None of this is new, of course. We've been hearing stories about employers digging into job candidate social network sites for some time now. So why bring it up now? A couple of reasons, largely tied to recent news.

  • Social Home Pages: Last week, I posted an entry about GizaPage, which allows users to create a social home page, a single Web page with a single URL where a user can showcase all of his social network profile pages for all the Web to see.
  • Social Business Cards: Like GizaPage, up-and-coming social sites DandyID and Retaggr are offering users a clickable business card with all of the user's social pages that can be embedded on blogs, Facebook profiles or email signatures.
  • Facebook's Vanity URLS: Last month, the company allowed users to choose a custom URL (such as www.facebook.com/myname) so that outsiders can easily find their profile pages, as opposed to searching through the entire Facebook network to see a person's page.
  • Facebook's new privacy settings: Facebook is about to launch new privacy settings and it looks like the user will have far more control over who sees what on a profile page.
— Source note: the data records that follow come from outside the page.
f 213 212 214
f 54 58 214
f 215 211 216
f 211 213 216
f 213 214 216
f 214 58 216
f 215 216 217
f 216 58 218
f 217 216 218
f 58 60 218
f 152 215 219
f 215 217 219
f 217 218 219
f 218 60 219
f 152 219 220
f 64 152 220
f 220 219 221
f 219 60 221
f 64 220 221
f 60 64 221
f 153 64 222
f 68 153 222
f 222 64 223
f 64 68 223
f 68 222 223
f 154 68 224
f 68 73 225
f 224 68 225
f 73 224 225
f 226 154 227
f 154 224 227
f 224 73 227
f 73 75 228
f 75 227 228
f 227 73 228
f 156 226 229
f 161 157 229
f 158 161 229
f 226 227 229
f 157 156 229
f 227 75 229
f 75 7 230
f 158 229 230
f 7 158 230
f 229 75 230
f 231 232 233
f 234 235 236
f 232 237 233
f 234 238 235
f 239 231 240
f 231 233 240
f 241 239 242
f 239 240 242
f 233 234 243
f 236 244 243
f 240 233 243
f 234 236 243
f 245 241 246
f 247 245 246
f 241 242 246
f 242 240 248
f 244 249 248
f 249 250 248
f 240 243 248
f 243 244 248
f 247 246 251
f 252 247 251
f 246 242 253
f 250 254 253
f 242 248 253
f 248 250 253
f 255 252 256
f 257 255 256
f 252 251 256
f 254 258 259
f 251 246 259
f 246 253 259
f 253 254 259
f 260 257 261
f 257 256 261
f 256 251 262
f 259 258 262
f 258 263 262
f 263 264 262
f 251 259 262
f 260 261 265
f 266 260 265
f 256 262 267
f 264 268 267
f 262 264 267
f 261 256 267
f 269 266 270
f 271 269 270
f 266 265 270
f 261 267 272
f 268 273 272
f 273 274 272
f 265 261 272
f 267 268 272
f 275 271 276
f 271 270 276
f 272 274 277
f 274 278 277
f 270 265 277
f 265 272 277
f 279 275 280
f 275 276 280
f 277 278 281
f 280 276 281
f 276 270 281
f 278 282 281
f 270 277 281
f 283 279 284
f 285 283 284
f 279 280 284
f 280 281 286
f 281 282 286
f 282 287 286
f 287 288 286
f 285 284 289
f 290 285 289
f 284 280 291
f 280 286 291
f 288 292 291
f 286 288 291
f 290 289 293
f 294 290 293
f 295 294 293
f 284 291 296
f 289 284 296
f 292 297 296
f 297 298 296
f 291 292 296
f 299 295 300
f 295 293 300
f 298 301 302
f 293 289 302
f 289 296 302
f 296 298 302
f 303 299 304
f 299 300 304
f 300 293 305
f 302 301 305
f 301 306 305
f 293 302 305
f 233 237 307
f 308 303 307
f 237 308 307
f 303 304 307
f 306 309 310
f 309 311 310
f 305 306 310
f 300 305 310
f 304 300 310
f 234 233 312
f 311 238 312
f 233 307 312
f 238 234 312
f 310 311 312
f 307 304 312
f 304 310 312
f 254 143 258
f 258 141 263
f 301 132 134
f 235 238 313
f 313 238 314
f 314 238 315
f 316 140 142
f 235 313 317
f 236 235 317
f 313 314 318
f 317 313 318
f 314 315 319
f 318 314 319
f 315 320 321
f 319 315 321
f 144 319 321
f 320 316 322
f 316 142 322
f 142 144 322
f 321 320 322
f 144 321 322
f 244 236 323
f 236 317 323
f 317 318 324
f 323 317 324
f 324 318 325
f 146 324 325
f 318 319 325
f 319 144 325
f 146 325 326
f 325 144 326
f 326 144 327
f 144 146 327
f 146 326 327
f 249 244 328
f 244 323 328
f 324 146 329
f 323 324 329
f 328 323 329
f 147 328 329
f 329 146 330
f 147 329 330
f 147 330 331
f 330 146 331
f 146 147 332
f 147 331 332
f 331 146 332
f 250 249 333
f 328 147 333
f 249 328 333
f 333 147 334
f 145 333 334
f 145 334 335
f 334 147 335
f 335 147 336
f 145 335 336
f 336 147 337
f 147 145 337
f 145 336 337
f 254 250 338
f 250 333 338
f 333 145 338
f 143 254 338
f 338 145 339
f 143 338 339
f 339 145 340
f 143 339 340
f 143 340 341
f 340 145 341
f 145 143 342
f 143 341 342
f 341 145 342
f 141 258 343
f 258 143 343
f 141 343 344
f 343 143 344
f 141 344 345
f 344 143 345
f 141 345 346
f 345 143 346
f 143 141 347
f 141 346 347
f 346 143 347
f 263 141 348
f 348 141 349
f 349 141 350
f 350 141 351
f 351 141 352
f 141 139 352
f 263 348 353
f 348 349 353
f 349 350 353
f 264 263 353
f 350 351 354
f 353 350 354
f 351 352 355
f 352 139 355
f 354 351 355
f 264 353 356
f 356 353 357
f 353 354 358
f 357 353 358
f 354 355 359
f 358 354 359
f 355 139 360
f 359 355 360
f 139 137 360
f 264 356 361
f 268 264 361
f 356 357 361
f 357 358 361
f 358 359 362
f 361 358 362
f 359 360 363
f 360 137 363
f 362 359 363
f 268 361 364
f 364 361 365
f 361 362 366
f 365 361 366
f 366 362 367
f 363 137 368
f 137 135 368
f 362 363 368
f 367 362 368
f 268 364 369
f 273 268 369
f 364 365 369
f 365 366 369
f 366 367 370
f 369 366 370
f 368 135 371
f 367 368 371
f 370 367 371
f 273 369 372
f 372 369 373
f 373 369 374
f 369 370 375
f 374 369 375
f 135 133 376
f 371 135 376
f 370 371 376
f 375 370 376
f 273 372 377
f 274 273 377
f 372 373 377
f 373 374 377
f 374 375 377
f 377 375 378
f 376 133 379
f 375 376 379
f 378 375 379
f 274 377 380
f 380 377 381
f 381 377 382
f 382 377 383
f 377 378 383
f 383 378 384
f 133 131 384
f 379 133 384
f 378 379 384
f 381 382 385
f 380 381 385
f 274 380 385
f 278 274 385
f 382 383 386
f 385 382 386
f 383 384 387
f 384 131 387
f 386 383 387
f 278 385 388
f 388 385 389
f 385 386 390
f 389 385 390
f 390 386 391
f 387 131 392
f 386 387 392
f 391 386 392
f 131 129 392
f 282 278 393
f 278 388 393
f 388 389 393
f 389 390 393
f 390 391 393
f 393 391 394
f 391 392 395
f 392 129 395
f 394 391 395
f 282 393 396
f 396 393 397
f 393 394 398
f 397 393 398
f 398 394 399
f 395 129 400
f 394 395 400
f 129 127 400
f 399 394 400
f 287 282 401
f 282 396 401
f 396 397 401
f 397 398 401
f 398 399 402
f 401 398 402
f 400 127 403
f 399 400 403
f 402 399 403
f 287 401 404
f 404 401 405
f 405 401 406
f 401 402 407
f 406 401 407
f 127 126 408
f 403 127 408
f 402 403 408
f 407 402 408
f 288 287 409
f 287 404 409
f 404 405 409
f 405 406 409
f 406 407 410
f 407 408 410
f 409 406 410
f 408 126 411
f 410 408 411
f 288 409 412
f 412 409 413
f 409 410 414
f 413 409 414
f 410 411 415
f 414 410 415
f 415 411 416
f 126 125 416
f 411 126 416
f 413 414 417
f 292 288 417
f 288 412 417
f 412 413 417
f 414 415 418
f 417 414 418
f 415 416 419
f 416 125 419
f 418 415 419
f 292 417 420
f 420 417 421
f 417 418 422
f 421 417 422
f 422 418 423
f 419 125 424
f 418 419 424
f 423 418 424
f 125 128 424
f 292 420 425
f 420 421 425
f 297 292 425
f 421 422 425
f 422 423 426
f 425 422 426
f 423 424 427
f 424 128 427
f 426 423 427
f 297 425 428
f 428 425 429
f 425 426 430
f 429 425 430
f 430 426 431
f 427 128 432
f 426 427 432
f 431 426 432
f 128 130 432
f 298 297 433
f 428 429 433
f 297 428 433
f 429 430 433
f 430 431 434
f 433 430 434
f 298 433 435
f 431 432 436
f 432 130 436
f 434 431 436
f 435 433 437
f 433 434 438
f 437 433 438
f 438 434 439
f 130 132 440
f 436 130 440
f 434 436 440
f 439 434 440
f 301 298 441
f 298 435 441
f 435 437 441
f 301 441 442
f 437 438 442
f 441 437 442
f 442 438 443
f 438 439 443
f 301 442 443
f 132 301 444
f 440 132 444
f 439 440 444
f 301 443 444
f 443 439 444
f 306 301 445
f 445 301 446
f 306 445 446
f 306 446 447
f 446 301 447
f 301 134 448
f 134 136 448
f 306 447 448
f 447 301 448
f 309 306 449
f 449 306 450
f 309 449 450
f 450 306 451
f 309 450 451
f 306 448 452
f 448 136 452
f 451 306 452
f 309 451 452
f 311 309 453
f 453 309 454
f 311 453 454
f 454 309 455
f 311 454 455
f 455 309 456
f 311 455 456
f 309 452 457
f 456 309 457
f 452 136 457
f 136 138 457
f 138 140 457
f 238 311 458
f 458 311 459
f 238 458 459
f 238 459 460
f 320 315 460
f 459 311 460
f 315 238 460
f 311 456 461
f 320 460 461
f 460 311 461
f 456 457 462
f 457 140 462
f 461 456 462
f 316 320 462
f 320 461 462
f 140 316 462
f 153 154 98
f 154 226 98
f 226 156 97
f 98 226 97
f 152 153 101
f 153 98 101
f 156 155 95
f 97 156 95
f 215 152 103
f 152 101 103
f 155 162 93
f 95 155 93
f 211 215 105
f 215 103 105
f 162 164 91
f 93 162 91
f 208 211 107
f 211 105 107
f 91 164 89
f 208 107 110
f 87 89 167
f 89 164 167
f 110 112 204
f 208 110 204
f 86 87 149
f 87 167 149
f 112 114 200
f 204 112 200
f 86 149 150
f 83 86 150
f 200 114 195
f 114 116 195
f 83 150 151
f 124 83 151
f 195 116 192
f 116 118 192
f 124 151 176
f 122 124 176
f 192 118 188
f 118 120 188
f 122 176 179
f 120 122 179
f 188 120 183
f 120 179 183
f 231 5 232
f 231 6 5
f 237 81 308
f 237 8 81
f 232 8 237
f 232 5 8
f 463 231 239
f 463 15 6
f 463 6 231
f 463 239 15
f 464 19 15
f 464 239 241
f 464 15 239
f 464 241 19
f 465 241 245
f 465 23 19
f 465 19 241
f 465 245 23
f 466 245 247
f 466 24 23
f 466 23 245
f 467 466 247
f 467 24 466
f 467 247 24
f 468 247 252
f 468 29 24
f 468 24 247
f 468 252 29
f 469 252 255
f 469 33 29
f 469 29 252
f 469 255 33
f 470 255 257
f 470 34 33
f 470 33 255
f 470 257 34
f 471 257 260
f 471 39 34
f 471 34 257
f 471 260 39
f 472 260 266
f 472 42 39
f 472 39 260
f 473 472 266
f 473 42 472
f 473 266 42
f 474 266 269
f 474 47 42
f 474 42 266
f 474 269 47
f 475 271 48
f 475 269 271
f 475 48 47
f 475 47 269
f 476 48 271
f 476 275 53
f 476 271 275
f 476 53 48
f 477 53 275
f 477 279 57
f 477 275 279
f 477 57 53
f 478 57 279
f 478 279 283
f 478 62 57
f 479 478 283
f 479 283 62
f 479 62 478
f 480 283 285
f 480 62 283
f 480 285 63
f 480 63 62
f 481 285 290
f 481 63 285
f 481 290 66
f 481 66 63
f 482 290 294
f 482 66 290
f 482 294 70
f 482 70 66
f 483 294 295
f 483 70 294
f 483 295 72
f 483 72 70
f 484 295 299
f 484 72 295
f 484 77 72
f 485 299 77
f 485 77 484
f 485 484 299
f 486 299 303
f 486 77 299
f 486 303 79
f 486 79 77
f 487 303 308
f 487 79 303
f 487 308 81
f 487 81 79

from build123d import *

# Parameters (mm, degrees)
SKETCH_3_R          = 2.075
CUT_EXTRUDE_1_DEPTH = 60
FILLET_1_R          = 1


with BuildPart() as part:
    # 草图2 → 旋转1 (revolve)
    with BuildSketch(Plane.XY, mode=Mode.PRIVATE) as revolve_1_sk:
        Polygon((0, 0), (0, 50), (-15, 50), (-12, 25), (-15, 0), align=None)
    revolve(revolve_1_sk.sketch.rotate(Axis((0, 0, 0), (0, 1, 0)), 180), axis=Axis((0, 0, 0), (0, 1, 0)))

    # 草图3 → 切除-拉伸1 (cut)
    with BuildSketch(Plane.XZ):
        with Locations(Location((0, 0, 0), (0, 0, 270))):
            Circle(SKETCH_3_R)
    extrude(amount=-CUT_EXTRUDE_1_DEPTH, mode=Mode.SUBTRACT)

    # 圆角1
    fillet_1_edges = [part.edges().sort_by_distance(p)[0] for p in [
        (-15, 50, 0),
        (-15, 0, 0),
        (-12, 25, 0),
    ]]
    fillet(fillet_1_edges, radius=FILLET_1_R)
I've actually been wanting to chime in about responsible management of our social presences on the Internet for some time. But it was the privacy settings announced by Facebook last week that really drove it home.

Facebook is giving everyone an opportunity to re-examine their privacy settings by allowing them to determine who will see their pictures, posts, notes and so on. Here's a moment when you'll be forced to think about what you're sharing on the Internet.

Do yourself a favor and take this time to re-examine your privacy setting across all of your social networks. Ask yourself how you might come across to people who "know" you online but might not necessarily "know" the real you. If you're OK with that perception, then keep doing what you're doing.

But if you suddenly see yourself as the as the drunken, ultra-political loudmouth and don't like what you see, now's the chance to change that perception of you.